Les échangeurs, les Hôtels haut standing à Niamey ont fait l’objet de médisances, tant aujourd’hui certains ne voient pas la vision qui est derrière ces infrastructures pour les générations futures. Le peuple n’a pas de pain, par conséquent toute réalisation futuriste ne tient pas la route. Mais là aussi, nul doute que ce sont des décennies après qu’on réalisera qu’un ingénieur à la tête du pays a réalisé un grand rêve en dotant le pays des ponts et chaussées comme voies de développement. Comme Kountché aujourd’hui à propos du Palais des Congrès, ces échangeurs et autres infrastructures (de luxe aujourd’hui selon quelques-uns) seront perçus comme des œuvres d’un visionnaire.

Le changement de mentalité, un impératif catégorique

Le Niger serait-il un pays de paradoxes ? La notion de temps et sa gestion n’est pas un souci chez nous. Une cérémonie ou un rendez-vous qu’il soit officiel ou non, les gens prennent goût à venir 30 minutes à une heure après l’heure convenue.

L’entretien de notre environnement immédiat devient de plus en plus un casse-tête, une préoccupation nationale tant l’indifférence et l’insouciance caractérisent nos comportements. Du fait de l’irresponsabilité, l’insalubrité de nos centres urbains engloutit nos ressources sans succès en menaçant notre santé et cadre de vie.

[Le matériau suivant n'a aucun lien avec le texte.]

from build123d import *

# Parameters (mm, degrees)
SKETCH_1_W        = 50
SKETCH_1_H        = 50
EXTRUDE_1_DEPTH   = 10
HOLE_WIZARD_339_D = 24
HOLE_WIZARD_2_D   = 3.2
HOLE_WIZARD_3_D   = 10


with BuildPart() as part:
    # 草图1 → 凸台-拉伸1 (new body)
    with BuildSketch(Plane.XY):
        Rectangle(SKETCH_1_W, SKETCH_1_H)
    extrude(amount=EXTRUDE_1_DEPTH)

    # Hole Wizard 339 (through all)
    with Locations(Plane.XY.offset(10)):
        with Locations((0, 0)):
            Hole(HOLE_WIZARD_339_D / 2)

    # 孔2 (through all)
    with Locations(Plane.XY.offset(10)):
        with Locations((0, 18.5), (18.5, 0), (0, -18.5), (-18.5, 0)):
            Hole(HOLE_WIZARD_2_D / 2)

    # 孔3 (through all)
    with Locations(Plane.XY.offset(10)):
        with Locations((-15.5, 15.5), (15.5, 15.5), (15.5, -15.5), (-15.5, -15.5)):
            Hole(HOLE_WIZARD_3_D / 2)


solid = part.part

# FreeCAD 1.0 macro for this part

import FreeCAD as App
import Part
import Sketcher
from FreeCAD import Vector
Q = App.Units.Quantity


def add_polygon(sketch, points):
    """Adds a closed chain of lines whose ends are joined by coincident constraints."""
    first, n = sketch.GeometryCount, len(points)
    for a, b in zip(points, points[1:] + points[:1]):
        sketch.addGeometry(Part.LineSegment(App.Vector(*a, 0), App.Vector(*b, 0)), False)
    for i in range(n):
        sketch.addConstraint(Sketcher.Constraint("Coincident", first + i, 2, first + (i + 1) % n, 1))

doc = App.newDocument("Part")
body = doc.addObject("PartDesign::Body", "Body")

sketch1 = doc.addObject("Sketcher::SketchObject", "Sketch")
body.addObject(sketch1)
sketch1.AttachmentSupport = (doc.XY_Plane, [""])
sketch1.MapMode = "FlatFace"
add_polygon(sketch1, [(-25, 25), (-25, -25), (25, -25), (25, 25)])
sketch1.addConstraint([
    Sketcher.Constraint("Vertical", 0),
    Sketcher.Constraint("Horizontal", 1),
    Sketcher.Constraint("Vertical", 2),
    Sketcher.Constraint("Horizontal", 3),
    Sketcher.Constraint("Symmetric", 0, 2, 2, 2, -1, 1),
    Sketcher.Constraint("Equal", 3, 0),
    Sketcher.Constraint("DistanceX", 1, 1, 1, 2, Q("50 mm")),
])
pad1 = doc.addObject("PartDesign::Pad", "Pad")
body.addObject(pad1)
pad1.Profile = sketch1
pad1.Length = 10

sketch2 = doc.addObject("Sketcher::SketchObject", "Sketch001")
body.addObject(sketch2)
sketch2.AttachmentSupport = (doc.XY_Plane, [""])
sketch2.MapMode = "FlatFace"
sketch2.AttachmentOffset = App.Placement(Vector(0, 0, 10), App.Rotation())
sketch2.addGeometry(Part.Circle(Vector(0, 0, 0), Vector(0, 0, 1), 12), False)
sketch2.addConstraint([
    Sketcher.Constraint("Coincident", 0, 3, -1, 1),
    Sketcher.Constraint("Diameter", 0, Q("24 mm")),
])
doc.recompute()
hole = doc.addObject("PartDesign::Hole", "Hole")
body.addObject(hole)
hole.Profile = sketch2
hole.ThreadType = "None"
hole.Diameter = 24
hole.DepthType = "ThroughAll"

sketch3 = doc.addObject("Sketcher::SketchObject", "Sketch002")
body.addObject(sketch3)
sketch3.AttachmentSupport = (doc.XY_Plane, [""])
sketch3.MapMode = "FlatFace"
sketch3.AttachmentOffset = App.Placement(Vector(0, 0, 10), App.Rotation())
sketch3.addGeometry([
    Part.Circle(Vector(0, 18.5, 0), Vector(0, 0, 1), 1.6),
    Part.Circle(Vector(18.5, 0, 0), Vector(0, 0, 1), 1.6),
    Part.Circle(Vector(0, -18.5, 0), Vector(0, 0, 1), 1.6),
    Part.Circle(Vector(-18.5, 0, 0), Vector(0, 0, 1), 1.6),
], False)
sketch3.addConstraint([
    Sketcher.Constraint("Equal", 0, 1),
    Sketcher.Constraint("Equal", 1, 2),
    Sketcher.Constraint("Equal", 2, 3),
    Sketcher.Constraint("Symmetric", 0, 3, 2, 3, -1, 1),
    Sketcher.Constraint("Symmetric", 1, 3, 3, 3, -1, 1),
    Sketcher.Constraint("PointOnObject", 0, 3, -2),
    Sketcher.Constraint("PointOnObject", 1, 3, -1),
    Sketcher.Constraint("Diameter", 0, Q("3.2 mm")),
    Sketcher.Constraint("DistanceY", 2, 3, 0, 3, Q("37 mm")),
    Sketcher.Constraint("DistanceX", 3, 3, 1, 3, Q("37 mm")),
])
doc.recompute()
hole2 = doc.addObject("PartDesign::Hole", "Hole001")
body.addObject(hole2)
hole2.Profile = sketch3
hole2.ThreadType = "None"
hole2.Diameter = 3.2
hole2.DepthType = "ThroughAll"

sketch4 = doc.addObject("Sketcher::SketchObject", "Sketch003")
body.addObject(sketch4)
sketch4.AttachmentSupport = (doc.XY_Plane, [""])
sketch4.MapMode = "FlatFace"
sketch4.AttachmentOffset = App.Placement(Vector(0, 0, 10), App.Rotation())
sketch4.addGeometry([
    Part.Circle(Vector(-16, 16, 0), Vector(0, 0, 1), 5),
    Part.Circle(Vector(16, 16, 0), Vector(0, 0, 1), 5),
    Part.Circle(Vector(16, -16, 0), Vector(0, 0, 1), 5),
    Part.Circle(Vector(-16, -16, 0), Vector(0, 0, 1), 5),
], False)
sketch4.addConstraint([
    Sketcher.Constraint("Equal", 0, 1),
    Sketcher.Constraint("Equal", 1, 2),
    Sketcher.Constraint("Equal", 2, 3),
    Sketcher.Constraint("Symmetric", 0, 3, 2, 3, -1, 1),
    Sketcher.Constraint("Symmetric", 1, 3, 3, 3, -1, 1),
    Sketcher.Constraint("Symmetric", 0, 3, 1, 3, -2),
    Sketcher.Constraint("Diameter", 0, Q("10 mm")),
    Sketcher.Constraint("DistanceX", 0, 3, 1, 3, Q("31 mm")),
    Sketcher.Constraint("DistanceY", 2, 3, 1, 3, Q("31 mm")),
])
doc.recompute()
hole3 = doc.addObject("PartDesign::Hole", "Hole002")
body.addObject(hole3)
hole3.Profile = sketch4
hole3.ThreadType = "None"
hole3.Diameter = 10
hole3.DepthType = "ThroughAll"

doc.recompute()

Face aux biens publics, la gabegie, la mal gouvernance, la corruption tirent vers le bas le pays entier où pourtant tout est prioritaire. Au niveau de l’administration centrale, le gaspillage, les abus et usages privés des moyens de l’Etat constituent une criarde réalité. La tendance, c’est que tout le monde attend tout de l’Etat. L’entretien des routes dans les quartiers, nos écoles et centres de santé, c’est une affaire de l’Etat. Le nigérien devient de plus en plus indifférent et défaitiste.

Il était question récemment d’auditer les Organisations non gouvernementales (ONGs) de développement où semble-t-il aussi, avec la complicité des nôtres, les fonds mobilisés ne parviennent guère aux populations cibles au nom desquels les TDR (Termes de référence) des projets ont été élaborés et soumis aux bailleurs.

Sur le plan politique, être à l’Opposition est synonyme de nihilisme tant les mauvaises attitudes des opposants sont contre productives. Ne rien voir et peindre tout en noir est la règle de l’Autre, qui n’attend que l’échec de l’adversaire aux commandes pour le remplacer. Le sens de l’Etat n’est pas la norme la mieux partagée chez certains qui prétendent pourtant diriger le Niger au sommet.

S’agissant du monde associatif ou corporatiste, le patriotisme et le sens de l’intérêt général désertent également les consciences. L’enseignant, l’agent des impôts, le douanier ou le médecin mettent en avant plus leurs prébendes à eux au détriment des intérêts du pays donc des populations qu’ils sont censés servir.

Sur les réseaux sociaux, cette merveille du siècle, les nigériens, au lieu d’être proactifs, passent leur temps à s’autodétruire par joutes et invectives via des plateformes interposées. La même tendance s’observe au niveau des médias traditionnels : une presse essentiellement d’opinion qui fait peu de cas des vraies questions de développement du Niger.

On le voit, les défis de notre pays sont énormes mais sur toute la ligne, tout se passe comme si des tares congénitales nous empêchent d’avoir la pleine conscience pour agir et ainsi inverser la tendance. Et pourtant, personne ne fera notre bonheur à notre place.